Much depends on the unique characteristics of the brand and the category it operates in. For example, the data shows personal care and beauty brands will most benefit from positive peer reviews and tailored customer service. Fast-food restaurants will need to accelerate their omnichannel personalized customer engagement. And household staples such as cleaning products and packaged food should be focusing on product design levers such as style, design and format to help tell brand stories that resonate with consumers.

Yoplait, the global yogurt brand owned by food giant General Mills, is a good example of what leveraging the unique characteristics of the brand and category looks like in practice. Consumers typically associate big food companies with mass-production methods, but Yoplait found itself increasingly competing with an influx of newer brands, including Greek yogurt brands that emphasize and compete on connecting to authentic food traditions.

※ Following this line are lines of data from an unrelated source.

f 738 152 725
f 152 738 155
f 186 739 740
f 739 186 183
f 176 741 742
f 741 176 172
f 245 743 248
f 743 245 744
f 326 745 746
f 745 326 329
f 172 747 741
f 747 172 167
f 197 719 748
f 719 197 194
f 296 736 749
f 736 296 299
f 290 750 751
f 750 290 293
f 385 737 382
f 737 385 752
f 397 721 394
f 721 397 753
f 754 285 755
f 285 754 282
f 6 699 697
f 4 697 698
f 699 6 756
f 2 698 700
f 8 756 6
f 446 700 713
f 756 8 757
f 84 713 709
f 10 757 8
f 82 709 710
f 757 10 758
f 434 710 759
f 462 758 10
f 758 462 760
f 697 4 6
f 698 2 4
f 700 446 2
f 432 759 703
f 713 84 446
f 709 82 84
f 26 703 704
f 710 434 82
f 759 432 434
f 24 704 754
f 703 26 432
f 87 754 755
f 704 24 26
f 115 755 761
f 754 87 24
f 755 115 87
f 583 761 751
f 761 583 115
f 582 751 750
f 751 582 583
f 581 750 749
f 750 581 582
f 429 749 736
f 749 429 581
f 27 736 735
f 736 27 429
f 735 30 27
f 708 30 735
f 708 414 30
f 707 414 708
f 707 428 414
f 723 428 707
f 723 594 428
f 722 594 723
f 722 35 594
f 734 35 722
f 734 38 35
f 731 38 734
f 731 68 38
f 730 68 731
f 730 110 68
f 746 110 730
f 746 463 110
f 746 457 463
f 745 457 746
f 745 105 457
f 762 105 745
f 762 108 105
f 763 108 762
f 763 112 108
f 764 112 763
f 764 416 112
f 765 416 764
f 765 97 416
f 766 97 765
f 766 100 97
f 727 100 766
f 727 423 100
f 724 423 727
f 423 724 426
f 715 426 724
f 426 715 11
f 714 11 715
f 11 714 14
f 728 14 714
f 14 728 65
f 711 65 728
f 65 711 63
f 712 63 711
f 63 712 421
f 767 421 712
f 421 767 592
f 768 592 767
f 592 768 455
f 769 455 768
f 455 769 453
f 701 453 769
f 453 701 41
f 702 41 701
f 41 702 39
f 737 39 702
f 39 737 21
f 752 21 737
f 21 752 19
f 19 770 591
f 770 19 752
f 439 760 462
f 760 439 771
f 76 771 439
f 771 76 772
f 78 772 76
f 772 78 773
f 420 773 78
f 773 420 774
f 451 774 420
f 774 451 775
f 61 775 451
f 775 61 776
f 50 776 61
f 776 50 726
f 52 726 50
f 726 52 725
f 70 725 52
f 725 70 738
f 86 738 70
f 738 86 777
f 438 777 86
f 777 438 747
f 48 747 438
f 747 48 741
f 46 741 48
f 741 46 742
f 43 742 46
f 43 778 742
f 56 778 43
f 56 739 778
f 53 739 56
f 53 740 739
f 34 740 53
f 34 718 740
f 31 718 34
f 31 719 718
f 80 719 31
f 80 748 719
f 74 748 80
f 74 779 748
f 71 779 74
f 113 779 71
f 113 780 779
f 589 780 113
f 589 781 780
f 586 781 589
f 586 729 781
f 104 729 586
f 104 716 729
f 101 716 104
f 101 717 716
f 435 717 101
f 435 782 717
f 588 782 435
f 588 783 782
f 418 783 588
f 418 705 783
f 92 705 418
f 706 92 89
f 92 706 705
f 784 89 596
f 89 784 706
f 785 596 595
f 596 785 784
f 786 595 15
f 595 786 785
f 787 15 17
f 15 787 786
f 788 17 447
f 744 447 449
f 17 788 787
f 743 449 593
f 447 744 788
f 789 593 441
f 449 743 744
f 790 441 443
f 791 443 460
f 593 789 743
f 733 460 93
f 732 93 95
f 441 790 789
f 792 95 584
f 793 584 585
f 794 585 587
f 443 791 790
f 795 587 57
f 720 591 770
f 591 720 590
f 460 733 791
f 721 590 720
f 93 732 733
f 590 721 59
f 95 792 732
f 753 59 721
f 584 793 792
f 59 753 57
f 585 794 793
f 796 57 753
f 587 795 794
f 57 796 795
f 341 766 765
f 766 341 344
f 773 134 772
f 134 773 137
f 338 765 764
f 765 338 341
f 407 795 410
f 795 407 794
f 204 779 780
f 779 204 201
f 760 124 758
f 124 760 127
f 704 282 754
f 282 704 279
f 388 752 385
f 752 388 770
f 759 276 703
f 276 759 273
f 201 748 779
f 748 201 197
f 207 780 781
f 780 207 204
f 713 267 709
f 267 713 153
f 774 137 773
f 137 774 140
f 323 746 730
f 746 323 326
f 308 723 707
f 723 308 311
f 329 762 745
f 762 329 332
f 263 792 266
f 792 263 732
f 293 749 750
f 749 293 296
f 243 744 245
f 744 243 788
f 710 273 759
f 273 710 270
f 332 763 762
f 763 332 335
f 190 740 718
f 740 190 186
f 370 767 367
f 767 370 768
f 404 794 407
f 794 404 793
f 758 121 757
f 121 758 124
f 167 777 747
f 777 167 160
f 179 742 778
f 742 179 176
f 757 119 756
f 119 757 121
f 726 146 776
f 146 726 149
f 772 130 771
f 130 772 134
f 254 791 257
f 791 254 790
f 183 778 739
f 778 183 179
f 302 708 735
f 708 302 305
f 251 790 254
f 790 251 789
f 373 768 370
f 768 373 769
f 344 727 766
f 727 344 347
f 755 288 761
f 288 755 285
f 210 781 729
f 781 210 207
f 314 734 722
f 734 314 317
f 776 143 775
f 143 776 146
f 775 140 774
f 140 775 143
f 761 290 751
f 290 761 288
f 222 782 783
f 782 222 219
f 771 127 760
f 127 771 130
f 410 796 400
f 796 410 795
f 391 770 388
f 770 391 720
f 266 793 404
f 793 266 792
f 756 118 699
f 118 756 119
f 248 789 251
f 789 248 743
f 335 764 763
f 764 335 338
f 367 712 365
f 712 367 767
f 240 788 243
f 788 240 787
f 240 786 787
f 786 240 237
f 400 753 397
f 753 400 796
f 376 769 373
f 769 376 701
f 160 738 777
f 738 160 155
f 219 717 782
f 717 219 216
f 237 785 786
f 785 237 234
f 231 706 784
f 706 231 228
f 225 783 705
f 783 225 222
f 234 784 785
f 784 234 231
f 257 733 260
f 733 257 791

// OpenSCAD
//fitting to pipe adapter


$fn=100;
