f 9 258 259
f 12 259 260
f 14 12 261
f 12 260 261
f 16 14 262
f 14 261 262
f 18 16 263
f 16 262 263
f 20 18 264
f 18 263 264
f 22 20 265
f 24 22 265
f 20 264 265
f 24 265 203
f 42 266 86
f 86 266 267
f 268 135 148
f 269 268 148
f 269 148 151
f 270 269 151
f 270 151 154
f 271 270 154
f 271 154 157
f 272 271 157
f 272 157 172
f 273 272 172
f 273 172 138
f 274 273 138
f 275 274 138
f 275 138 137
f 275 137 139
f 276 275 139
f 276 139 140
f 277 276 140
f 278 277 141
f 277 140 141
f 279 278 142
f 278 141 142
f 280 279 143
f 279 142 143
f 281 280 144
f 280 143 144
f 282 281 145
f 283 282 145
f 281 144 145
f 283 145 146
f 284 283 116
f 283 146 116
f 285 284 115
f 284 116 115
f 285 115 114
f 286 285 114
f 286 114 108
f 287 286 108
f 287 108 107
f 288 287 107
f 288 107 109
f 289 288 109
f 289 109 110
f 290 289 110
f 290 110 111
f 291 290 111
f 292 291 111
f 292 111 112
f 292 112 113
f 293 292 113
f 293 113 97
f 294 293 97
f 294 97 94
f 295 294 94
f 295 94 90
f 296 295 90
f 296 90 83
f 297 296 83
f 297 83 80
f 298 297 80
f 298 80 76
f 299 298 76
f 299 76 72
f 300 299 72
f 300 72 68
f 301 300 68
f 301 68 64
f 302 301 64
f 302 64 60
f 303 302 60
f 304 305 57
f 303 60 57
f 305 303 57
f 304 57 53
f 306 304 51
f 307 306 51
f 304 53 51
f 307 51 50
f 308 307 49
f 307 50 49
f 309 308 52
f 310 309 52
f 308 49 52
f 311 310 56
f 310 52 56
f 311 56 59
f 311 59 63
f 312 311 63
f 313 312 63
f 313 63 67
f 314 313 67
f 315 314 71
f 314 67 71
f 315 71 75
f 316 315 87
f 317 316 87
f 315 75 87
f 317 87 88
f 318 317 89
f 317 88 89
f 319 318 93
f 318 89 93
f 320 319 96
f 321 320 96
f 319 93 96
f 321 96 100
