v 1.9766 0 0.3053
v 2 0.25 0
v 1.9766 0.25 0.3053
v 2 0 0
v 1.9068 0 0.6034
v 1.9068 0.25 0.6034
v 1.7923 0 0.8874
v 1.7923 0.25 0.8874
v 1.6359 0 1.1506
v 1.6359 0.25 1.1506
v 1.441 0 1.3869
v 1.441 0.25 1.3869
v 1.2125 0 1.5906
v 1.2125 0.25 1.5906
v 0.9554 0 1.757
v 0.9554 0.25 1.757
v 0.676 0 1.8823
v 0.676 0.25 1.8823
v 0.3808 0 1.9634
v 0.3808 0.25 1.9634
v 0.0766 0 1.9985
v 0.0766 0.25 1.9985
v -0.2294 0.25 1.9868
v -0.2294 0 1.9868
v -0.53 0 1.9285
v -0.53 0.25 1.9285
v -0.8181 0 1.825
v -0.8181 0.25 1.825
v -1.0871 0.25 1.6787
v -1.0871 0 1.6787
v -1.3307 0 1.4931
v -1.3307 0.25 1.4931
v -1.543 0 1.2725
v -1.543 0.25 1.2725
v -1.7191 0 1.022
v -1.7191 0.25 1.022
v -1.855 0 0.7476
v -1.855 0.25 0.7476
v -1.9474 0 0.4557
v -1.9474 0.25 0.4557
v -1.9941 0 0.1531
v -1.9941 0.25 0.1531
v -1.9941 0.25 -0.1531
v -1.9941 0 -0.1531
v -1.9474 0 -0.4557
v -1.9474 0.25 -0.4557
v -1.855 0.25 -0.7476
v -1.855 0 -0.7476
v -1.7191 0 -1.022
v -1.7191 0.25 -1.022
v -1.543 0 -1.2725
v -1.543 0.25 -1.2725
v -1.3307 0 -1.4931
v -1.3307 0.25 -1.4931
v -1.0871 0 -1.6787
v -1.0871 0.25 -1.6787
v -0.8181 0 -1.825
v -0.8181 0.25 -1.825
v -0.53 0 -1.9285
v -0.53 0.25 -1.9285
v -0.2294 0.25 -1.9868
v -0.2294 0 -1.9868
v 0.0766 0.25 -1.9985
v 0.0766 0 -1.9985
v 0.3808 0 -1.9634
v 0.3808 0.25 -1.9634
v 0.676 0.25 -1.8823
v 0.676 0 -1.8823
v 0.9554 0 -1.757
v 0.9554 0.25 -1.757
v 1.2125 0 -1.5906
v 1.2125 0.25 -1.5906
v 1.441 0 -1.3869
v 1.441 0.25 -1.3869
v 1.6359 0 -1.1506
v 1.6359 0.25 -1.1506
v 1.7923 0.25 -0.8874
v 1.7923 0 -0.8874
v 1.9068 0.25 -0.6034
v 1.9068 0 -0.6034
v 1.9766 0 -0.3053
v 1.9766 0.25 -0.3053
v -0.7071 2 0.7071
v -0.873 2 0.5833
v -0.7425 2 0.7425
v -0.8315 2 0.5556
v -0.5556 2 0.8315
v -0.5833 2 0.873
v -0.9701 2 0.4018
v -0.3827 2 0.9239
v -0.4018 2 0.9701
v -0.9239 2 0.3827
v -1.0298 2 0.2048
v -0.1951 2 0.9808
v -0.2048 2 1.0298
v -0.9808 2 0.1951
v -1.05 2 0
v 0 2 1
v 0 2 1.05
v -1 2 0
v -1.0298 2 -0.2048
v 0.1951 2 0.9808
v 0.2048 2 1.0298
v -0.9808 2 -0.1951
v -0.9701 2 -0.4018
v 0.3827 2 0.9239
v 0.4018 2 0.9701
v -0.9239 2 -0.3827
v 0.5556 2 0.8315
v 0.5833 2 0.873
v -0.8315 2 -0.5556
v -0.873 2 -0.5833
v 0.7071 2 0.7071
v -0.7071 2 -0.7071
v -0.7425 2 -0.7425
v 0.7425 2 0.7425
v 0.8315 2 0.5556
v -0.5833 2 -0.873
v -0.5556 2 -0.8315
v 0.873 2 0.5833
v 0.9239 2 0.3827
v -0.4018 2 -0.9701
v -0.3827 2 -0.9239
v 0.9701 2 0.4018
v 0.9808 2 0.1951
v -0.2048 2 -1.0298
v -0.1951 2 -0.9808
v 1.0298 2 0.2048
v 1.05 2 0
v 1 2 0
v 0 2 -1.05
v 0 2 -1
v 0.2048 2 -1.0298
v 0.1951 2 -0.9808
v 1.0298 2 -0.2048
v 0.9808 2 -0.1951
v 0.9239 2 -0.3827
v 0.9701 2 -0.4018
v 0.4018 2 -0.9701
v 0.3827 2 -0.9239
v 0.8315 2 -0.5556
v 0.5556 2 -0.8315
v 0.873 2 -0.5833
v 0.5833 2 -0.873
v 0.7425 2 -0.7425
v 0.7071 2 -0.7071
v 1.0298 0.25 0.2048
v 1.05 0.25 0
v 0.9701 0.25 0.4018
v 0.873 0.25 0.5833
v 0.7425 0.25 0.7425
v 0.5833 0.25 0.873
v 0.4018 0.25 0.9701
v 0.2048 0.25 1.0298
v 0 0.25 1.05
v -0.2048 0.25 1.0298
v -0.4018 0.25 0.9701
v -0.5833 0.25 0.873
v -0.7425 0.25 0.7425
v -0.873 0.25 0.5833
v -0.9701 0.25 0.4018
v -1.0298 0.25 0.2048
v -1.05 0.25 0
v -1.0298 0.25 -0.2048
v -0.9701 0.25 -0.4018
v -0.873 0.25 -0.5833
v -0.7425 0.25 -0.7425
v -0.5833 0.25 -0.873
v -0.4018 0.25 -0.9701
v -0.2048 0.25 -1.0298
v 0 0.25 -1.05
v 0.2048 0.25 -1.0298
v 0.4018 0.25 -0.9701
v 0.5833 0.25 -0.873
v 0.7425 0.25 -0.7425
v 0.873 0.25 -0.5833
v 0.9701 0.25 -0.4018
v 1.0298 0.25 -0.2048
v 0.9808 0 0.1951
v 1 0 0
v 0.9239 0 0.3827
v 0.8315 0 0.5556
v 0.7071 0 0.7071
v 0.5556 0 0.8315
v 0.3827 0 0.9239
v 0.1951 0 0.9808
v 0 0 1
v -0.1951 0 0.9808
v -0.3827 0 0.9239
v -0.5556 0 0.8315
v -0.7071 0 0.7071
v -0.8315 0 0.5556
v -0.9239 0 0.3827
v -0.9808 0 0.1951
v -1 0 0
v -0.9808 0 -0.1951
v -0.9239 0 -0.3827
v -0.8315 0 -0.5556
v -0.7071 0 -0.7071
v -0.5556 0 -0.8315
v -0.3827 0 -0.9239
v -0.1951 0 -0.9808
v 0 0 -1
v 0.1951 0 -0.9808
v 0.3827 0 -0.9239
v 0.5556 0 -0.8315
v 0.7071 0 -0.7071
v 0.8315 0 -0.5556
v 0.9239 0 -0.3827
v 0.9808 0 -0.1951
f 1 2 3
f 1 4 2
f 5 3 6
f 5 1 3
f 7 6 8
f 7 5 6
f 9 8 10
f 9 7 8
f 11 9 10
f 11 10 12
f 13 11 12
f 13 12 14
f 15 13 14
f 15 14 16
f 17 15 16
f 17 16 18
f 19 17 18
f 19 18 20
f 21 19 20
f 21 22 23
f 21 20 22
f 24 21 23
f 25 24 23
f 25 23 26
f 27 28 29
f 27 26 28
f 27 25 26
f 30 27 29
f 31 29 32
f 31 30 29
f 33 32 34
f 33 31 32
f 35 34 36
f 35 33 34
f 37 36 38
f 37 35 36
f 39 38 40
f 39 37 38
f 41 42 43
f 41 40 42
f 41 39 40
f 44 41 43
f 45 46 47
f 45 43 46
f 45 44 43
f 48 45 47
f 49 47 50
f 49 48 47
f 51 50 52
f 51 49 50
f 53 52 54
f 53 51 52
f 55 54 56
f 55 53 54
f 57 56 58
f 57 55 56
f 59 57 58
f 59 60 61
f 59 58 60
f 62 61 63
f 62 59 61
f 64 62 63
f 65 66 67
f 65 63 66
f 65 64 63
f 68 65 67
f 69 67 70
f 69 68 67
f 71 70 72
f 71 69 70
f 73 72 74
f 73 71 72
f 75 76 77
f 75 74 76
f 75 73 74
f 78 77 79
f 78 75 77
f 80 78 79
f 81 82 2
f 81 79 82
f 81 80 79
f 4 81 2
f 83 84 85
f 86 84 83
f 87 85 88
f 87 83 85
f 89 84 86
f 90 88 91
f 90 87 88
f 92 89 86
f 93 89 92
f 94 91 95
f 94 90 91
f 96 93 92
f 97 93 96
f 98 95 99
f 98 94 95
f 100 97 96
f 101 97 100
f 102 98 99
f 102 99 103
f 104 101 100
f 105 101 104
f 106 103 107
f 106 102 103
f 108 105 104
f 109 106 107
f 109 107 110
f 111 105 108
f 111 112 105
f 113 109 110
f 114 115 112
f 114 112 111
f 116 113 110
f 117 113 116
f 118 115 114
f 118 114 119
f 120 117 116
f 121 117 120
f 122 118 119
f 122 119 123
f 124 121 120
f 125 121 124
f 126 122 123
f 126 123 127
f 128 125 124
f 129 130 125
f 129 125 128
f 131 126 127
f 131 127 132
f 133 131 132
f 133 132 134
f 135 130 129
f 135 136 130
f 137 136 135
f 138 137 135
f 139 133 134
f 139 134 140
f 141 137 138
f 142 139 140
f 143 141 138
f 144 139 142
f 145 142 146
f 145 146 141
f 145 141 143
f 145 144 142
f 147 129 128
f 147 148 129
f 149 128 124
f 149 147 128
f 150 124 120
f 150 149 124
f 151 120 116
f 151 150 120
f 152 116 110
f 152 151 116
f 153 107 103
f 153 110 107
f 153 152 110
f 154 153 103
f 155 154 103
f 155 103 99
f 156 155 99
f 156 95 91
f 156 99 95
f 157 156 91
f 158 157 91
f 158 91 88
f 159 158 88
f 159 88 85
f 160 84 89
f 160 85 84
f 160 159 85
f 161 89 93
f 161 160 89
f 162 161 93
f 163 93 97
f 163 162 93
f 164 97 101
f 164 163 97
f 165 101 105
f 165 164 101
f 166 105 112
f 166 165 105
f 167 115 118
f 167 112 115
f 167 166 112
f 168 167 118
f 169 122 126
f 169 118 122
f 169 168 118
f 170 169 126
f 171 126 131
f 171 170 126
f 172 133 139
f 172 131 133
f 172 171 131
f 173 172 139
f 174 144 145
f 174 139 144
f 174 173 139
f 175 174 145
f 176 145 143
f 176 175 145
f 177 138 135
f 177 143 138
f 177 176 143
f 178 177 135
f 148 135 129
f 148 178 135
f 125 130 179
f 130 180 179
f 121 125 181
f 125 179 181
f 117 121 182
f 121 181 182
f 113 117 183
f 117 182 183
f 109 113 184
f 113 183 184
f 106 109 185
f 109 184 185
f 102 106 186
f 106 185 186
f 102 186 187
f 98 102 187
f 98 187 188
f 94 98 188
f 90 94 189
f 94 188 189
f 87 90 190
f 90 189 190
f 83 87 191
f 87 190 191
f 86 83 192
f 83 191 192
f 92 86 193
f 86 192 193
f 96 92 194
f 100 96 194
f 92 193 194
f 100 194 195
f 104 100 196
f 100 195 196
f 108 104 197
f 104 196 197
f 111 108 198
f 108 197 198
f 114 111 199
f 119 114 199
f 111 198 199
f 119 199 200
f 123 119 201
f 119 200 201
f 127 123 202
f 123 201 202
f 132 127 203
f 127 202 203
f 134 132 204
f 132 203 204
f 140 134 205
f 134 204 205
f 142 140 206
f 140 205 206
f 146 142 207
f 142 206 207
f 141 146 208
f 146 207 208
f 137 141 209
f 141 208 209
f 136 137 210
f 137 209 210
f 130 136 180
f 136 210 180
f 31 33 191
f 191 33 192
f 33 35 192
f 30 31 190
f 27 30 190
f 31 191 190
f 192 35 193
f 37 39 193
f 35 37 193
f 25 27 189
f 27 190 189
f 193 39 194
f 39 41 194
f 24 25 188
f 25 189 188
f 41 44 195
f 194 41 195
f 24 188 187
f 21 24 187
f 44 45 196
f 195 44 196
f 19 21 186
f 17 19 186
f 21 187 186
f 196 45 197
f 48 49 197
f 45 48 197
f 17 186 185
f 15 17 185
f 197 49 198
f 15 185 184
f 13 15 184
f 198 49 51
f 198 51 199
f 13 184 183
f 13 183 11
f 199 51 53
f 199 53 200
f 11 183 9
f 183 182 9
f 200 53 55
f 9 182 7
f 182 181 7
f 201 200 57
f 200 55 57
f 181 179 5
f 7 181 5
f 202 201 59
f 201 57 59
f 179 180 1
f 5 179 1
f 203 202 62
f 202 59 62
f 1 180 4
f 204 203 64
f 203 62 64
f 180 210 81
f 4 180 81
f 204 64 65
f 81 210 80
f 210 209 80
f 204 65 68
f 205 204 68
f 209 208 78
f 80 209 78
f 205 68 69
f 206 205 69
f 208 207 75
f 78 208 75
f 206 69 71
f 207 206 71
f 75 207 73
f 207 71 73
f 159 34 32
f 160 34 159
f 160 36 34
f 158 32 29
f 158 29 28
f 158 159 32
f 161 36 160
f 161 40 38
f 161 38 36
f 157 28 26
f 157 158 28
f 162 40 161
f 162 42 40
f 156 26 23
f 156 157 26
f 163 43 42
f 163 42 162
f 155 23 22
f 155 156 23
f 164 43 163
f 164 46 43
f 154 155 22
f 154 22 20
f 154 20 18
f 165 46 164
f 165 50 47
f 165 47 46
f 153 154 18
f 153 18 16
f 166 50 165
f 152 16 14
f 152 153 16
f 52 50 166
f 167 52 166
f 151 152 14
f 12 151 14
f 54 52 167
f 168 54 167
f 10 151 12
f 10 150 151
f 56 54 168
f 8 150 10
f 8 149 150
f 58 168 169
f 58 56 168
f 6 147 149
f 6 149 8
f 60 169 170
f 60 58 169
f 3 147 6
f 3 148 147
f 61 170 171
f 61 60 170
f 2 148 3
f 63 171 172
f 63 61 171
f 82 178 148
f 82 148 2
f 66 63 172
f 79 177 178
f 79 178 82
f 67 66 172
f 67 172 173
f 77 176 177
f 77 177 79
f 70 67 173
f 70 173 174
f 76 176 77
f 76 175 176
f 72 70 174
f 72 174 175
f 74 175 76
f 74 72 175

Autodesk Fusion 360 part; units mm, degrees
sketch "Sketch1" plane through (0, 0, 0) normal (0, 1, 0) x (1, 0, 0)
  circle A0 centre (0, 0) radius 2
  circle A1 centre (0, 0) radius 1.05
  dimension "d1" = 4
  dimension "d2" = 2.1
extrude "Extrude1" add sketch "Sketch1" along normal blind 0.25
extrude "Extrude2" add sketch "Sketch1" along normal blind 2 contours A1
sketch "Sketch2" plane through (0, 0, 0) normal (0, 1, 0) x (1, 0, 0)
  circle A0 centre (0, 0) radius 1
  dimension "d8" = 2
extrude "Extrude3" cut sketch "Sketch2" along normal blind 3.883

In response, Yoplait focused on creating consumer relevance by taking its long history of making French yogurt and turning it into a market advantage by embracing a traditional French method in which yogurt is cultured and sold in small individual glass pots. It further enhanced its relevance in the market place by creating its new Oui brand proposition and promoting its all-natural, non-GMO and very simple ingredient list.

See the World Through the Lens of the Prosumer 

Building brand value today is about understanding how modern prosumers view a brand: As a collection of ideas, ethics and interactions embodying a distinctive and authentic purpose. Getting that right—and pulling the right levers for each individual consumer in each category—will be the key to building a modern and thriving consumer goods brand for the prosumers of the future.

Laura Gurski is senior managing director, global lead, of consumer goods and services for Accenture.